US CFOs count on income, wages and employment ranges to rise in 2021

U.S. corporate finance chiefs are optimistic that the country’s economy as a whole – and their companies in particular – will recover in 2021 despite concerns over possible tax rate changes and higher labor costs.

According to a survey by Duke University’s Fuqua School of Business and the Federal Reserve Banks in Richmond and Atlanta, finance chiefs expect their companies’ revenues to grow an average of 6.9% over the next year, after a 2020 projected increase of 0, 3%. According to a survey of around 300 CFOs, wages, prices and employment levels are also expected to rise.

“CFOs are seeing the cloud of the pandemic,” said John Graham, a professor of finance at Duke University who oversaw the survey, due to be held Tuesday. “Some of the growth we’ll see next year will come from the low 2020 base.”

The U.S. economy grew strongly in the third quarter, up 7.4% from the previous quarter and recovering about two-thirds of the soil it had previously lost in the pandemic. However, recent indicators point to a new slowdown in retail spending and economic activity, accompanied by spikes in coronavirus infections, hospital stays, and death rates.

Congress on Monday approved a $ 900 billion relief to households and businesses hit by the coronavirus pandemic and passed an emergency measure to help lead the country through a difficult winter and into a new year.

Tuesday’s poll results are in line with a recent survey by the American Institute of Certified Public Accountants that found 37% of respondents expect the US economy to improve in the next 12 months. Forty-nine percent believe their companies’ financial performance will continue to grow during this time, AICPA said.

Much will depend on the pace of vaccination against Covid-19 after two vaccines were approved in the US in the past few weeks. Delays in vaccination efforts could dampen economic growth, Graham said. “If the vaccine contains a snafu it would be another risk,” he said. “She [finance chiefs] assume that we will make progress with the vaccine. “

Nearly 70% of North American CFOs said in a recent survey by accounting and advisory firm Deloitte that they expect a vaccine to prop up the economy by mid-2021. Deloitte is a sponsor of the CFO Journal.

The Duke poll’s chief financial officers said they were concerned about possible rule changes related to taxes and regulation. President-elect Joe Biden has proposed raising the corporate tax rate from today’s 21% to 28%, along with other measures such as an alternative minimum tax of 15% on companies making profits of $ 100 million or more and higher tax rates on income from foreign subsidiaries of US companies.

Mr. Biden has also proposed a 10% tax penalty for companies moving their business overseas and a 10% tax credit for companies creating new jobs in the US

“We need to monitor possible changes in tax law,” said Philip D. Fracassa, Timken’s chief financial officer Co.

, a North Canton, Ohio based manufacturer of transmissions, belts, and chains. “I hope I can work on handling a recovery,” Fracassa said, adding that the pandemic has resulted in a significant decline for Timken’s customers.

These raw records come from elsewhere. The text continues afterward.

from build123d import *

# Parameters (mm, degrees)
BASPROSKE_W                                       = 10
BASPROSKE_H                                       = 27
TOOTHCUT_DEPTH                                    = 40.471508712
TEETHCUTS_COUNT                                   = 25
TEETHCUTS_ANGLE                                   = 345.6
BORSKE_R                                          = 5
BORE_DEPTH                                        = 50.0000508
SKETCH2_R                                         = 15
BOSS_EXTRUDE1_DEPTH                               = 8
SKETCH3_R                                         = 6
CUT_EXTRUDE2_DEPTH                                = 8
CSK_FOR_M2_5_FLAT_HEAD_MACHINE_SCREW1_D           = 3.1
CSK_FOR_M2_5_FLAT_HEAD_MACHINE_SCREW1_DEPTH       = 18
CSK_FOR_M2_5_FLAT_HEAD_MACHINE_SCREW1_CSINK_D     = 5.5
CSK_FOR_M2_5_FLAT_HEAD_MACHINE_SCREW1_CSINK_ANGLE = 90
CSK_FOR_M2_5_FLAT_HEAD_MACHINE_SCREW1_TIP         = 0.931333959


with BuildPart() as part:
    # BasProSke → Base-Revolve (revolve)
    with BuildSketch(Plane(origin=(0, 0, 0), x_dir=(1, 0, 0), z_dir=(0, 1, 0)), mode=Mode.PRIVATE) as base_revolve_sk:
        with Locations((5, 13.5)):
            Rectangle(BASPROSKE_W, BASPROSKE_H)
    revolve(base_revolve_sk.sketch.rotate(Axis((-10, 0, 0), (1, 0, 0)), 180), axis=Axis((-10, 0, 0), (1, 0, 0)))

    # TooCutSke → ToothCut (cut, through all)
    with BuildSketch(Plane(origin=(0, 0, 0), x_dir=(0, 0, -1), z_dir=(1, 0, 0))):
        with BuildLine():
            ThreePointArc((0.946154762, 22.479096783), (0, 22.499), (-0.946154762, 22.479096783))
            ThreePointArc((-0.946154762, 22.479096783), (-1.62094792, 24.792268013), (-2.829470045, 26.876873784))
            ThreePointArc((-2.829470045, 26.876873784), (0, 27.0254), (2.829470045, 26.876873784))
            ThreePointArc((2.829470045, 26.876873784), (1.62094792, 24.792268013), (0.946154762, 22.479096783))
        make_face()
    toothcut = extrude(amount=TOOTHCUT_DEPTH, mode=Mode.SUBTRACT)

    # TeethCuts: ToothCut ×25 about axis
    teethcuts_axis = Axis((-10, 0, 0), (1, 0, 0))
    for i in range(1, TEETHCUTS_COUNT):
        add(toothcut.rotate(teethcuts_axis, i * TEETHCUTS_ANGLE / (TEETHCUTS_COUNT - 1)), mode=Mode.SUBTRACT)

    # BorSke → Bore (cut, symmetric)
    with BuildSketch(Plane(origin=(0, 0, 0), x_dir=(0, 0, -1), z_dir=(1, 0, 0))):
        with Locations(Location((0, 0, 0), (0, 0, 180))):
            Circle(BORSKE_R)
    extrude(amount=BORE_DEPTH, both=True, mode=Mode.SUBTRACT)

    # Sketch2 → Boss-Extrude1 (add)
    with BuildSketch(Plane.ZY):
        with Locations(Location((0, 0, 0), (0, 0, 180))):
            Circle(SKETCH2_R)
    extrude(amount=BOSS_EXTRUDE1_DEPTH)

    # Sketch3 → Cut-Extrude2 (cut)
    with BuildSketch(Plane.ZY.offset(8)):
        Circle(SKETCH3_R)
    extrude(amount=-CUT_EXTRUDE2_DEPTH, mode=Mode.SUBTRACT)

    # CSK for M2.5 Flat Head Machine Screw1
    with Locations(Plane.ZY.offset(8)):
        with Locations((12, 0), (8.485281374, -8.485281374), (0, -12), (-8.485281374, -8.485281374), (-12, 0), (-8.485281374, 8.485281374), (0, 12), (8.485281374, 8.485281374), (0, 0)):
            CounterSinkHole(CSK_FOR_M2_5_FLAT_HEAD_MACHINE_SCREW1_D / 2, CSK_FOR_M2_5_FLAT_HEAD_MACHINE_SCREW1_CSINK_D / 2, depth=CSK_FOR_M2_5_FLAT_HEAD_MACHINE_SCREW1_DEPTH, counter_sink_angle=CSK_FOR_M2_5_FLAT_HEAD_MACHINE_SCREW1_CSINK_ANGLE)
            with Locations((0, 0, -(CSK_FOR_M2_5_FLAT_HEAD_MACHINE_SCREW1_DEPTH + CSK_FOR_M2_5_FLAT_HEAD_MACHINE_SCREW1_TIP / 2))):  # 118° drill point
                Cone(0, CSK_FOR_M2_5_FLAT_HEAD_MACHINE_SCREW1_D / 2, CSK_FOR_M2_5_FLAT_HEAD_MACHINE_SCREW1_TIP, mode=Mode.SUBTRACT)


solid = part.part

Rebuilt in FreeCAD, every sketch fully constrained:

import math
import FreeCAD as App
import Part
import Sketcher
from FreeCAD import Vector
Q = App.Units.Quantity


def add_polygon(sketch, points):
    """Adds a closed chain of lines whose ends are joined by coincident constraints."""
    first, n = sketch.GeometryCount, len(points)
    for a, b in zip(points, points[1:] + points[:1]):
        sketch.addGeometry(Part.LineSegment(App.Vector(*a, 0), App.Vector(*b, 0)), False)
    for i in range(n):
        sketch.addConstraint(Sketcher.Constraint("Coincident", first + i, 2, first + (i + 1) % n, 1))

doc = App.newDocument("Part")
params = doc.addObject("Spreadsheet::Sheet", "Params")
for row, (alias, value) in enumerate([
    ("sketch1_width", "10 mm"),
    ("sketch1_height", "27 mm"),
    ("revolution_angle", "360 deg"),
    ("sketch2_radius", "10 mm"),
    ("sketch3_diameter", "10 mm"),
    ("pocket2_length", "100.000102 mm"),
    ("sketch4_diameter", "30 mm"),
    ("pad1_length", "8 mm"),
    ("sketch5_diameter", "12 mm"),
    ("pocket3_length", "8 mm"),
    ("sketch6_diameter", "3.1 mm"),
    ("hole_diameter", "3.1 mm"),
    ("hole_depth", "18 mm"),
    ("hole_csink_diameter", "5.5 mm"),
], start=1):
    params.set(f"A{row}", alias)
    params.set(f"B{row}", "=" + value)
    params.setAlias(f"B{row}", alias)

body = doc.addObject("PartDesign::Body", "Body")

# Sketch on XZ plane
sketch1 = doc.addObject("Sketcher::SketchObject", "Sketch")
body.addObject(sketch1)
sketch1.AttachmentSupport = (doc.XZ_Plane, [""])
sketch1.MapMode = "FlatFace"
add_polygon(sketch1, [(0, -27), (0, 0), (10, 0), (10, -27)])  # lines 0-3
sketch1.addConstraint(Sketcher.Constraint("Vertical", 0))
sketch1.addConstraint(Sketcher.Constraint("Horizontal", 1))
sketch1.addConstraint(Sketcher.Constraint("Vertical", 2))
sketch1.addConstraint(Sketcher.Constraint("Horizontal", 3))
sketch1.addConstraint(Sketcher.Constraint("Coincident", 0, 2, -1, 1))
sketch1.addConstraint(Sketcher.Constraint("DistanceX", 1, 1, 1, 2, Q("10 mm")))
sketch1.addConstraint(Sketcher.Constraint("DistanceY", 0, 1, 0, 2, Q("27 mm")))
sketch1.setExpression("Constraints[9]", "Params.sketch1_width")
sketch1.setExpression("Constraints[10]", "Params.sketch1_height")
revolution = doc.addObject("PartDesign::Revolution", "Revolution")
body.addObject(revolution)
revolution.Profile = sketch1
revolution.ReferenceAxis = (sketch1, ["H_Axis"])
revolution.setExpression("Angle", "Params.revolution_angle")

# Sketch on YZ plane
sketch2 = doc.addObject("Sketcher::SketchObject", "Sketch001")
body.addObject(sketch2)
sketch2.AttachmentSupport = (doc.YZ_Plane, [""])
sketch2.MapMode = "FlatFace"
sketch2.addGeometry(Part.ArcOfCircle(Part.Circle(Vector(0, 0, 0), Vector(0, 0, 1), 22.499), math.radians(-2.410181), math.radians(2.410181)), False)
sketch2.addGeometry(Part.ArcOfCircle(Part.Circle(Vector(20.855629, -10.813492, 0), Vector(0, 0, 1), 10), math.radians(52.977797), math.radians(80.656863)), False)
sketch2.addGeometry(Part.ArcOfCircle(Part.Circle(Vector(0, 0, 0), Vector(0, 0, 1), 27.0254), math.radians(-6.009692), math.radians(6.009692)), False)
sketch2.addGeometry(Part.ArcOfCircle(Part.Circle(Vector(20.855629, 10.813492, 0), Vector(0, 0, 1), 10), math.radians(-80.656863), math.radians(-52.977797)), False)
sketch2.addConstraint(Sketcher.Constraint("Coincident", 0, 1, 1, 2))
sketch2.addConstraint(Sketcher.Constraint("Coincident", 1, 1, 2, 1))
sketch2.addConstraint(Sketcher.Constraint("Coincident", 2, 2, 3, 2))
sketch2.addConstraint(Sketcher.Constraint("Coincident", 3, 1, 0, 2))
sketch2.addConstraint(Sketcher.Constraint("Coincident", 0, 3, -1, 1))
sketch2.addConstraint(Sketcher.Constraint("Coincident", 2, 3, -1, 1))
sketch2.addConstraint(Sketcher.Constraint("Equal", 1, 3))
sketch2.addConstraint(Sketcher.Constraint("Symmetric", 1, 3, 3, 3, -1))
sketch2.addConstraint(Sketcher.Constraint("Radius", 1, Q("10 mm")))
sketch2.addConstraint(Sketcher.Constraint("Radius", 0, Q("22.499 mm")))
sketch2.addConstraint(Sketcher.Constraint("Radius", 2, Q("27.0254 mm")))
sketch2.addConstraint(Sketcher.Constraint("DistanceX", -1, 1, 1, 3, Q("20.855629 mm")))
sketch2.addConstraint(Sketcher.Constraint("DistanceY", 1, 1, -1, 1, Q("2.82947 mm")))
sketch2.setExpression("Constraints[8]", "Params.sketch2_radius")
pocket1 = doc.addObject("PartDesign::Pocket", "Pocket")
body.addObject(pocket1)
pocket1.Profile = sketch2
pocket1.Type = "ThroughAll"
pocket1.Reversed = True
doc.recompute()

polarpattern = doc.addObject("PartDesign::PolarPattern", "PolarPattern")
body.addObject(polarpattern)
polarpattern.Originals = [pocket1]
polarpattern.Axis = (doc.X_Axis, [""])
polarpattern.Angle = 360
polarpattern.Occurrences = 25
body.Tip = polarpattern

# Sketch on YZ plane
sketch3 = doc.addObject("Sketcher::SketchObject", "Sketch002")
body.addObject(sketch3)
sketch3.AttachmentSupport = (doc.YZ_Plane, [""])
sketch3.MapMode = "FlatFace"
sketch3.addGeometry(Part.Circle(Vector(0, 0, 0), Vector(0, 0, 1), 5), False)
sketch3.addConstraint(Sketcher.Constraint("Coincident", 0, 3, -1, 1))
sketch3.addConstraint(Sketcher.Constraint("Diameter", 0, Q("10 mm")))
sketch3.setExpression("Constraints[1]", "Params.sketch3_diameter")
pocket2 = doc.addObject("PartDesign::Pocket", "Pocket001")
body.addObject(pocket2)
pocket2.Profile = sketch3
pocket2.setExpression("Length", "Params.pocket2_length")
pocket2.Midplane = True

# Sketch on YZ plane
sketch4 = doc.addObject("Sketcher::SketchObject", "Sketch003")
body.addObject(sketch4)
sketch4.AttachmentSupport = (doc.YZ_Plane, [""])
sketch4.MapMode = "FlatFace"
sketch4.addGeometry(Part.Circle(Vector(0, 0, 0), Vector(0, 0, 1), 15), False)
sketch4.addConstraint(Sketcher.Constraint("Coincident", 0, 3, -1, 1))
sketch4.addConstraint(Sketcher.Constraint("Diameter", 0, Q("30 mm")))
sketch4.setExpression("Constraints[1]", "Params.sketch4_diameter")
pad1 = doc.addObject("PartDesign::Pad", "Pad")
body.addObject(pad1)
pad1.Profile = sketch4
pad1.setExpression("Length", "Params.pad1_length")
pad1.Reversed = True

# Sketch on YZ plane
sketch5 = doc.addObject("Sketcher::SketchObject", "Sketch004")
body.addObject(sketch5)
sketch5.AttachmentSupport = (doc.YZ_Plane, [""])
sketch5.MapMode = "FlatFace"
sketch5.AttachmentOffset = App.Placement(Vector(0, 0, -8), App.Rotation())
sketch5.addGeometry(Part.Circle(Vector(0, 0, 0), Vector(0, 0, 1), 6), False)
sketch5.addConstraint(Sketcher.Constraint("Coincident", 0, 3, -1, 1))
sketch5.addConstraint(Sketcher.Constraint("Diameter", 0, Q("12 mm")))
sketch5.setExpression("Constraints[1]", "Params.sketch5_diameter")
pocket3 = doc.addObject("PartDesign::Pocket", "Pocket002")
body.addObject(pocket3)
pocket3.Profile = sketch5
pocket3.setExpression("Length", "Params.pocket3_length")
pocket3.Reversed = True

# Sketch on YZ plane
sketch6 = doc.addObject("Sketcher::SketchObject", "Sketch005")
body.addObject(sketch6)
sketch6.AttachmentSupport = (doc.YZ_Plane, [""])
sketch6.MapMode = "FlatFace"
sketch6.AttachmentOffset = App.Placement(Vector(0, 0, -8), App.Rotation())
sketch6.addGeometry(Part.Circle(Vector(0, 12, 0), Vector(0, 0, 1), 1.55), False)
sketch6.addGeometry(Part.Circle(Vector(-8.485281, 8.485281, 0), Vector(0, 0, 1), 1.55), False)
sketch6.addGeometry(Part.Circle(Vector(-12, 0, 0), Vector(0, 0, 1), 1.55), False)
sketch6.addGeometry(Part.Circle(Vector(-8.485281, -8.485281, 0), Vector(0, 0, 1), 1.55), False)
sketch6.addGeometry(Part.Circle(Vector(0, -12, 0), Vector(0, 0, 1), 1.55), False)
sketch6.addGeometry(Part.Circle(Vector(8.485281, -8.485281, 0), Vector(0, 0, 1), 1.55), False)
sketch6.addGeometry(Part.Circle(Vector(12, 0, 0), Vector(0, 0, 1), 1.55), False)
sketch6.addGeometry(Part.Circle(Vector(8.485281, 8.485281, 0), Vector(0, 0, 1), 1.55), False)
sketch6.addGeometry(Part.Circle(Vector(0, 0, 0), Vector(0, 0, 1), 1.55), False)
sketch6.addConstraint(Sketcher.Constraint("Coincident", 8, 3, -1, 1))
sketch6.addConstraint(Sketcher.Constraint("Equal", 0, 1))
sketch6.addConstraint(Sketcher.Constraint("Equal", 1, 2))
sketch6.addConstraint(Sketcher.Constraint("Equal", 2, 3))
sketch6.addConstraint(Sketcher.Constraint("Equal", 3, 4))
sketch6.addConstraint(Sketcher.Constraint("Equal", 4, 5))
sketch6.addConstraint(Sketcher.Constraint("Equal", 5, 6))
sketch6.addConstraint(Sketcher.Constraint("Equal", 6, 7))
sketch6.addConstraint(Sketcher.Constraint("Equal", 7, 8))
sketch6.addConstraint(Sketcher.Constraint("Symmetric", 0, 3, 4, 3, -1, 1))
sketch6.addConstraint(Sketcher.Constraint("Symmetric", 1, 3, 5, 3, -1, 1))
sketch6.addConstraint(Sketcher.Constraint("Symmetric", 2, 3, 6, 3, -1, 1))
sketch6.addConstraint(Sketcher.Constraint("Symmetric", 3, 3, 7, 3, -1, 1))
sketch6.addConstraint(Sketcher.Constraint("Symmetric", 3, 3, 5, 3, -2))
sketch6.addConstraint(Sketcher.Constraint("PointOnObject", 0, 3, -2))
sketch6.addConstraint(Sketcher.Constraint("PointOnObject", 2, 3, -1))
sketch6.addConstraint(Sketcher.Constraint("Diameter", 0, Q("3.1 mm")))
sketch6.addConstraint(Sketcher.Constraint("DistanceY", -1, 1, 0, 3, Q("12 mm")))
sketch6.addConstraint(Sketcher.Constraint("DistanceX", 2, 3, -1, 1, Q("12 mm")))
sketch6.addConstraint(Sketcher.Constraint("DistanceX", 1, 3, -1, 1, Q("8.485281 mm")))
sketch6.addConstraint(Sketcher.Constraint("DistanceY", -1, 1, 1, 3, Q("8.485281 mm")))
sketch6.setExpression("Constraints[16]", "Params.sketch6_diameter")
doc.recompute()
hole = doc.addObject("PartDesign::Hole", "Hole")
body.addObject(hole)
hole.Profile = sketch6
hole.ThreadType = "None"
hole.setExpression("Diameter", "Params.hole_diameter")
hole.DepthType = "Dimension"
hole.setExpression("Depth", "Params.hole_depth")
hole.DrillPoint = "Angled"
hole.DrillPointAngle = 118
hole.HoleCutType = "Countersink"
hole.setExpression("HoleCutDiameter", "Params.hole_csink_diameter")
hole.HoleCutCountersinkAngle = 90
hole.Reversed = True

doc.recompute()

The political climate in the US is another concern for CFOs, while trading, which was a major concern around this time last year, did not make it onto the list of major pain points for chief financial officers, Graham said. However, executives cited supply chain issues as one area of ​​potential concern.

Other concerns that finance chiefs had earlier in the year, such as access to cash and liquidity, appear to be easing, according to Duke’s survey. Almost three-quarters of the companies surveyed said they hadn’t applied for a new loan in the current quarter, compared with around 50% in the second quarter.

Nearly 60% of the companies surveyed said that due to the coronavirus pandemic, they automated part of their business or operations, accelerating a pre-existing trend, Graham said.

Large companies in particular are increasing spending to replace the low-skilled with technology, while smaller companies often lack the budget to do so, he said. “When you’re a small business, it’s harder to move people,” said Mr Graham.